Please print the entries below exactly, from the line with "f 156 166 168" through the line with "f 135 168 174", including both of those lines and leaving out all others.
+++
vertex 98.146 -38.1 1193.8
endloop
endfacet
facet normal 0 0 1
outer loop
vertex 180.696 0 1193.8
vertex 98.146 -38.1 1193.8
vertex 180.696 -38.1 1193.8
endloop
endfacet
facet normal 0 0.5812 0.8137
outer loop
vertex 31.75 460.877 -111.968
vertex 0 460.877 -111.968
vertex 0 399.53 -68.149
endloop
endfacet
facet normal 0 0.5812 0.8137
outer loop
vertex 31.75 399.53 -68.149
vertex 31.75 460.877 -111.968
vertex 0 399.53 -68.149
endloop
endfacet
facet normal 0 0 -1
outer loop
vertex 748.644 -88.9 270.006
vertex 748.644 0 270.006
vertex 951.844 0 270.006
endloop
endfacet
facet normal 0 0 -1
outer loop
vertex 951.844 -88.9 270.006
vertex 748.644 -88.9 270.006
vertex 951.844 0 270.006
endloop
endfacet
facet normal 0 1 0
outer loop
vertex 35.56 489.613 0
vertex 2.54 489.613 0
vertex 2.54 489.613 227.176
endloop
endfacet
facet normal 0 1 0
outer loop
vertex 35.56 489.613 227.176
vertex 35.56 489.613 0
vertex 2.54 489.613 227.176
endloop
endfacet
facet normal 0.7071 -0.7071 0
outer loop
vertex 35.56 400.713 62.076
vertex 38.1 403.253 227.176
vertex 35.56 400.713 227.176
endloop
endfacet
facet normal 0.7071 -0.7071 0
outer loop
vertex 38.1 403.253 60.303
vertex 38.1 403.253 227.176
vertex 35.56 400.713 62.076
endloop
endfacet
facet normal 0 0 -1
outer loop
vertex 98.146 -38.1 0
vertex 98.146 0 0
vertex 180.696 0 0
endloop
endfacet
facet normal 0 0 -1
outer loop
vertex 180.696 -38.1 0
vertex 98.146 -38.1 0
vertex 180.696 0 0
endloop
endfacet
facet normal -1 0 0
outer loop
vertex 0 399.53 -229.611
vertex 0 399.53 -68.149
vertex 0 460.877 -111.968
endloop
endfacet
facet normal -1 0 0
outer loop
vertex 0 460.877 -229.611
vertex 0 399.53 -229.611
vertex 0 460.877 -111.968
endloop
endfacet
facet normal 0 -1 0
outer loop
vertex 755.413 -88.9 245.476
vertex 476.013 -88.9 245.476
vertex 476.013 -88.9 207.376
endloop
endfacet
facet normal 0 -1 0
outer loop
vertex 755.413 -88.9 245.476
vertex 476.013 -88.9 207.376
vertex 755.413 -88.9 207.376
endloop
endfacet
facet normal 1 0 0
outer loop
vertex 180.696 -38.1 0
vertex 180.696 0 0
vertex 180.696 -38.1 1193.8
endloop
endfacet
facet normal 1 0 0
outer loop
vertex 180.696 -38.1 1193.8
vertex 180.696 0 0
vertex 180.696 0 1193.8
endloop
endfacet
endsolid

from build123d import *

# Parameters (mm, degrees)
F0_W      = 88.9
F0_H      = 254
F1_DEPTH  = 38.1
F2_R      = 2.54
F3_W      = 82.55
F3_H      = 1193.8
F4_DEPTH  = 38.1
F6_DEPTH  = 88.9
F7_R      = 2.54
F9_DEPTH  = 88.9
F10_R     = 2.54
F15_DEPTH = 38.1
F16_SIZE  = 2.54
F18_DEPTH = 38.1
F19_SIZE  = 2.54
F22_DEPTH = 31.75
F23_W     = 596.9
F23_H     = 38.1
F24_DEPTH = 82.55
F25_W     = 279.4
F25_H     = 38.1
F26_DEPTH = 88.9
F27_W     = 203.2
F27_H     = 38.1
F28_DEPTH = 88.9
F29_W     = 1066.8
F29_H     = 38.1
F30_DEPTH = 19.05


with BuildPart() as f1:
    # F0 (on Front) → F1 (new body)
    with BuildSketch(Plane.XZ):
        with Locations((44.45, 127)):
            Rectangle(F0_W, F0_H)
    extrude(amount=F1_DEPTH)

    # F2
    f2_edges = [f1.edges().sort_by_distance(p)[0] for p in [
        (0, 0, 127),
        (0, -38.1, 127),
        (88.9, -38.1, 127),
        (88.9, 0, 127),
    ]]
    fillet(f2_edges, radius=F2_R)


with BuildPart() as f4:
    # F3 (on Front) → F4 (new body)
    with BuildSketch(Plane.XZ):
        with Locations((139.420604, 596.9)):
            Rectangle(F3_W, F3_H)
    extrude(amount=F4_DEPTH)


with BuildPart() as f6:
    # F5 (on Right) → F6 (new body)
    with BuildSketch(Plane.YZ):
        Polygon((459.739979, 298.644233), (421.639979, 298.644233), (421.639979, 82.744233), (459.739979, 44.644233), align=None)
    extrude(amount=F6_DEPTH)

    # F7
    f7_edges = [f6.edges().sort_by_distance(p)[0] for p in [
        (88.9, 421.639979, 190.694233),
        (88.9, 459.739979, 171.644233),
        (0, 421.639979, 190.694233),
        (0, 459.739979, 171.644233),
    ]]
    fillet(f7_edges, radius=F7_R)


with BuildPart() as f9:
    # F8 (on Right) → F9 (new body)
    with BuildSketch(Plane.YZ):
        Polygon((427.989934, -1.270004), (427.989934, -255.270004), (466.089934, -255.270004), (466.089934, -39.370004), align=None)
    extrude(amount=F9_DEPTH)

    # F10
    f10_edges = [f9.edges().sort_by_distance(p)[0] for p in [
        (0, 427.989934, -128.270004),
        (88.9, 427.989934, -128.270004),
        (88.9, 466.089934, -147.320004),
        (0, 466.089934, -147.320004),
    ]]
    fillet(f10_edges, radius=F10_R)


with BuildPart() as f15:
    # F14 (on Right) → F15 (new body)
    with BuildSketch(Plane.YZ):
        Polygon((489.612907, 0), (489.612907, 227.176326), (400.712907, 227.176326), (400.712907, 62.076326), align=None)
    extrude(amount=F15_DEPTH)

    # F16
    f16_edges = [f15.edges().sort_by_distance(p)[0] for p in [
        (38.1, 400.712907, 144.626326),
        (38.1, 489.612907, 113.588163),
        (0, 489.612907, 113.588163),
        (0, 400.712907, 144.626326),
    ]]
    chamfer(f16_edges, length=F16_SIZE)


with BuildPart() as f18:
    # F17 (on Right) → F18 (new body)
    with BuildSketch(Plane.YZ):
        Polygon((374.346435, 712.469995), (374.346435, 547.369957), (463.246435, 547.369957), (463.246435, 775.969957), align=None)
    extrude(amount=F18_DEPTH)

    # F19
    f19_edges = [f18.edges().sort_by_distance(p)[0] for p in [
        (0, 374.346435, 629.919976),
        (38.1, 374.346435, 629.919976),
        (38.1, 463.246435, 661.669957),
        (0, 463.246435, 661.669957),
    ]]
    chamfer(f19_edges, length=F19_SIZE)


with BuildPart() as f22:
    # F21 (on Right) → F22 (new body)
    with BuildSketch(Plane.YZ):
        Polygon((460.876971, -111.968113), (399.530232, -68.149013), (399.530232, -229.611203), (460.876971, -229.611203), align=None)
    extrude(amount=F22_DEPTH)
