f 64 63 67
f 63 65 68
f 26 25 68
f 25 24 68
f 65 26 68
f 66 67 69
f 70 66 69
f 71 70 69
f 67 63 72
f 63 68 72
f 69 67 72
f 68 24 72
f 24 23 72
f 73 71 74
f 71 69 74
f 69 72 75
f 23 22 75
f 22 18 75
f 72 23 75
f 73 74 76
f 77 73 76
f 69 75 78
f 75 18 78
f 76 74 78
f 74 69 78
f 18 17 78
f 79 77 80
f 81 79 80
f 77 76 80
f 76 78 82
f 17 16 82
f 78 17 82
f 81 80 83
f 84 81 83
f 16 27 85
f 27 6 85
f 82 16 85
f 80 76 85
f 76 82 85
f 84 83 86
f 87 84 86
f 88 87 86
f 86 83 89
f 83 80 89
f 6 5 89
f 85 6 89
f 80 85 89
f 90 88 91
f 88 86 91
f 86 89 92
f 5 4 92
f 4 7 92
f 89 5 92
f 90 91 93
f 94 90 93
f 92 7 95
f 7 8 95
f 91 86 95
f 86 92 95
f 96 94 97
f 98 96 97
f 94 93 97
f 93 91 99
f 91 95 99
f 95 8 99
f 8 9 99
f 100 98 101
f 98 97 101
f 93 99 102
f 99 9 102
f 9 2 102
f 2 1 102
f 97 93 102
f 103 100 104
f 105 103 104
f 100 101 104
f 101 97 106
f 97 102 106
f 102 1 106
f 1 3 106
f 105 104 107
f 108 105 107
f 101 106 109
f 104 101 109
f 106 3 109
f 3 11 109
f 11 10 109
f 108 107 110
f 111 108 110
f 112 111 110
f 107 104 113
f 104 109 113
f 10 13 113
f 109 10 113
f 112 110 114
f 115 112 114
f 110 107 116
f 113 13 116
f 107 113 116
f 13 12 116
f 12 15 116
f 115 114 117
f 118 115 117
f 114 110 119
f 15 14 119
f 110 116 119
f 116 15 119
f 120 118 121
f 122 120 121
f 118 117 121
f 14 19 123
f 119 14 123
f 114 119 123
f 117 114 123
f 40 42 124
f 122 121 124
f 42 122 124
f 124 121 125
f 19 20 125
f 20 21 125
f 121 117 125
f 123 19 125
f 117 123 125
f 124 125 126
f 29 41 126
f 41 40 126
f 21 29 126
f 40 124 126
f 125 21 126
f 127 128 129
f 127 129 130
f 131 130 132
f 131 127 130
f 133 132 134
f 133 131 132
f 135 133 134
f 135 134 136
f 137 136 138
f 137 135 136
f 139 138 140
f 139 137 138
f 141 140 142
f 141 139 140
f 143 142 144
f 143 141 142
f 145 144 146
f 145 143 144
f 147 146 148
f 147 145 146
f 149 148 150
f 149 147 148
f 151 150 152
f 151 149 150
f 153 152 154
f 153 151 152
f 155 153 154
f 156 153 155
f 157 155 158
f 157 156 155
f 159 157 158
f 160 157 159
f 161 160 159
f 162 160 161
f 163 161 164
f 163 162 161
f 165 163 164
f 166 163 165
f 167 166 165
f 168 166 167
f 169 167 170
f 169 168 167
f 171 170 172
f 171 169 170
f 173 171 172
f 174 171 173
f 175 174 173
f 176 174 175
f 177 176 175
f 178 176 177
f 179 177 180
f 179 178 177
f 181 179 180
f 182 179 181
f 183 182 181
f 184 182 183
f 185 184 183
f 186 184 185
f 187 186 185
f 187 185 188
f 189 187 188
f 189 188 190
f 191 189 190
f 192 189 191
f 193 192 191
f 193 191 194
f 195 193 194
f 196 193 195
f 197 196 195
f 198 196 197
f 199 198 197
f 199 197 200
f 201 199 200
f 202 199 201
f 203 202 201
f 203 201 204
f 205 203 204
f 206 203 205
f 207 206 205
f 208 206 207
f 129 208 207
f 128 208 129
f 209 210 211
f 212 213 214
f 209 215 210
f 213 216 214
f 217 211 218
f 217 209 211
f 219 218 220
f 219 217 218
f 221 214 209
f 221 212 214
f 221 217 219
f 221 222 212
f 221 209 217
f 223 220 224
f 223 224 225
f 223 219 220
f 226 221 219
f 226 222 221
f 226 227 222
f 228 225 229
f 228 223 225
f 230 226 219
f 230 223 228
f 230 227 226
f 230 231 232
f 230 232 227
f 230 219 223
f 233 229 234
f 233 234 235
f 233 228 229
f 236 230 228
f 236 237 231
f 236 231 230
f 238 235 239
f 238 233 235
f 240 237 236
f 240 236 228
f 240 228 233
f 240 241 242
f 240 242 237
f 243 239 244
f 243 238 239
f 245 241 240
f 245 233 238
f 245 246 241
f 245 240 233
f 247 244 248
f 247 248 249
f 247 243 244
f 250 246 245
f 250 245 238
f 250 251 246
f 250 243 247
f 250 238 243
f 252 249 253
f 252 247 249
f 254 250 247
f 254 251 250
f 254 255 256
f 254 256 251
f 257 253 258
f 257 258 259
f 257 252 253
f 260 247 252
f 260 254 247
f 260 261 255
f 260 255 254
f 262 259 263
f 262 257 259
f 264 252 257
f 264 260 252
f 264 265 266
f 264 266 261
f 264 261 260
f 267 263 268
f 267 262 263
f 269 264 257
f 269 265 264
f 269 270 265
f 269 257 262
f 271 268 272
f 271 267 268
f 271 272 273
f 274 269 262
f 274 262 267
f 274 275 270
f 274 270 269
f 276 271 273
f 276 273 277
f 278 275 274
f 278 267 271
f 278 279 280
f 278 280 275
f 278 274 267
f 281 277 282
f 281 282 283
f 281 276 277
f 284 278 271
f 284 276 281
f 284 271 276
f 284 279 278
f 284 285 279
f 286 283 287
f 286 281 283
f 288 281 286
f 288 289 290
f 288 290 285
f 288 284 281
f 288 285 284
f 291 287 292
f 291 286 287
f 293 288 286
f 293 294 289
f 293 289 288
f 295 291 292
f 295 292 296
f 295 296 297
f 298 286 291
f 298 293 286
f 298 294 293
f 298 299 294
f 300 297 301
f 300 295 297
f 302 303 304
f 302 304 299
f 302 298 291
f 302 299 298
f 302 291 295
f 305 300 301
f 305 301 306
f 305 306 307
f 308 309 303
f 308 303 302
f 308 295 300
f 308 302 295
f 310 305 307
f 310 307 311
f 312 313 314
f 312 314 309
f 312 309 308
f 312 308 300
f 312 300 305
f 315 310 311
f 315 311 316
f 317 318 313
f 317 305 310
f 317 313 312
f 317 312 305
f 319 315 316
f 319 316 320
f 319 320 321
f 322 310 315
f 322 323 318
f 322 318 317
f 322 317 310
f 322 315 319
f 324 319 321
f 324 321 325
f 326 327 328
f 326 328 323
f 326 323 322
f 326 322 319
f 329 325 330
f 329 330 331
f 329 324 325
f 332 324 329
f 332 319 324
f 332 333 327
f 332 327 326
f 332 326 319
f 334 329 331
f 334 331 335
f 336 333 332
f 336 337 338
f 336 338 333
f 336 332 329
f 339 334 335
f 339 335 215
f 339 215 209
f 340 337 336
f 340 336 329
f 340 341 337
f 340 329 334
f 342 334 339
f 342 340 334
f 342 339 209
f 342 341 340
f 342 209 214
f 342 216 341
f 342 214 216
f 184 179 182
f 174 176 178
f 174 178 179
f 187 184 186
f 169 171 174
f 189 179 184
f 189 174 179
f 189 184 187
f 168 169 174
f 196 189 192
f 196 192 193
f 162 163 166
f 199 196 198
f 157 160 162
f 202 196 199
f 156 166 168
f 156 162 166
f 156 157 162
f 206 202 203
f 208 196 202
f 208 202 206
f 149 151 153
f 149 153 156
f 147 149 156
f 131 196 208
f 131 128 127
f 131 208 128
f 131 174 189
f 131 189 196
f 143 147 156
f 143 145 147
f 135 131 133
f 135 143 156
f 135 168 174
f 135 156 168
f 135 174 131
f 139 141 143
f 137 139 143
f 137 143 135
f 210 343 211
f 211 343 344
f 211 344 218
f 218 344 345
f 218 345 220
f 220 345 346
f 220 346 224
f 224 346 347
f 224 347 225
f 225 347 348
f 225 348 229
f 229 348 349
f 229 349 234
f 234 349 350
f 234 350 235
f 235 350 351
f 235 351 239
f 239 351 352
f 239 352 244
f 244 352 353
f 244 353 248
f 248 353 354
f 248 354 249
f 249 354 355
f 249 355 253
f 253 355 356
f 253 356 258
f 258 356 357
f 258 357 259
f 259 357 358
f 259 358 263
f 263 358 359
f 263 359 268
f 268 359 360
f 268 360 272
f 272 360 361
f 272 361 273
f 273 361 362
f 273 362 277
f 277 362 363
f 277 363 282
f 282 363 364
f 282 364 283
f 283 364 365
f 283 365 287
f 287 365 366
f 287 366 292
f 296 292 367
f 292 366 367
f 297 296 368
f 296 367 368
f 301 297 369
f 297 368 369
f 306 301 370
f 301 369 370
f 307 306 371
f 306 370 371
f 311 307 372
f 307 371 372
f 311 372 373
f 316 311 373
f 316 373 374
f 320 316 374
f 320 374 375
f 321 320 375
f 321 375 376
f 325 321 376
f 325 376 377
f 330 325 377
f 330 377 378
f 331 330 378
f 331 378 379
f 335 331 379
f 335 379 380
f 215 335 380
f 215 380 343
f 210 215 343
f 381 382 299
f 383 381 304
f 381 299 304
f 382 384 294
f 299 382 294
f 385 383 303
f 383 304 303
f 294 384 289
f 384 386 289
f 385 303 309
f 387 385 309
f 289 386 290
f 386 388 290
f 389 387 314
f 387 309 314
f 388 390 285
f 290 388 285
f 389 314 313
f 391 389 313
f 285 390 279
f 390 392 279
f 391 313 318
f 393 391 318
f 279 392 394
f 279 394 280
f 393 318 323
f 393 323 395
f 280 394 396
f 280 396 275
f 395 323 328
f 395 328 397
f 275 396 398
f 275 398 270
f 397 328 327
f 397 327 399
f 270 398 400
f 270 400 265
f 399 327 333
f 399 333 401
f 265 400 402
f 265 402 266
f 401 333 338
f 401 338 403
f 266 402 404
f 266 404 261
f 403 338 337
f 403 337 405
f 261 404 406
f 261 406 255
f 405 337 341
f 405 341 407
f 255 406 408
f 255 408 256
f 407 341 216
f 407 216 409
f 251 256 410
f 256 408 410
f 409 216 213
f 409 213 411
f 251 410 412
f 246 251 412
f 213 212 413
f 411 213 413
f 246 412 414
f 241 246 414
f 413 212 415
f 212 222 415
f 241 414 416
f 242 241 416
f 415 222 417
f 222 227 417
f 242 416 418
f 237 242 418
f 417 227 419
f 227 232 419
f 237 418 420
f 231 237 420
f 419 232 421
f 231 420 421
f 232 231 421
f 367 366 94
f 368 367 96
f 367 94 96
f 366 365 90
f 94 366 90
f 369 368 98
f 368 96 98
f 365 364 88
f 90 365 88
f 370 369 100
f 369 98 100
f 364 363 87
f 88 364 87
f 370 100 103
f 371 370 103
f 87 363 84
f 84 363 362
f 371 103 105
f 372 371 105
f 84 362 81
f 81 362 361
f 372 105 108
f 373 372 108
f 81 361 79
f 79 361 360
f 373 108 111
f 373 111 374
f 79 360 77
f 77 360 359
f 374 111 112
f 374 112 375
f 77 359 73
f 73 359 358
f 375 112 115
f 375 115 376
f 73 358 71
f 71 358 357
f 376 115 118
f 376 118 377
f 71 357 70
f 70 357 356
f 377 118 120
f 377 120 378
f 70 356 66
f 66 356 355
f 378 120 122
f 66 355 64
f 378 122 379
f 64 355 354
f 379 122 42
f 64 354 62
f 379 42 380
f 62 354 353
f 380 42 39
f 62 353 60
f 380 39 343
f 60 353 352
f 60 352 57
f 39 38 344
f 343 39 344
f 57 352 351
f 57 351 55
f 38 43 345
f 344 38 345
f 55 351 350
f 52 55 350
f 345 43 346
+++
*The completed task*:
f 156 166 168
f 156 162 166
f 156 157 162
f 206 202 203
f 208 196 202
f 208 202 206
f 149 151 153
f 149 153 156
f 147 149 156
f 131 196 208
f 131 128 127
f 131 208 128
f 131 174 189
f 131 189 196
f 143 147 156
f 143 145 147
f 135 131 133
f 135 143 156
f 135 168 174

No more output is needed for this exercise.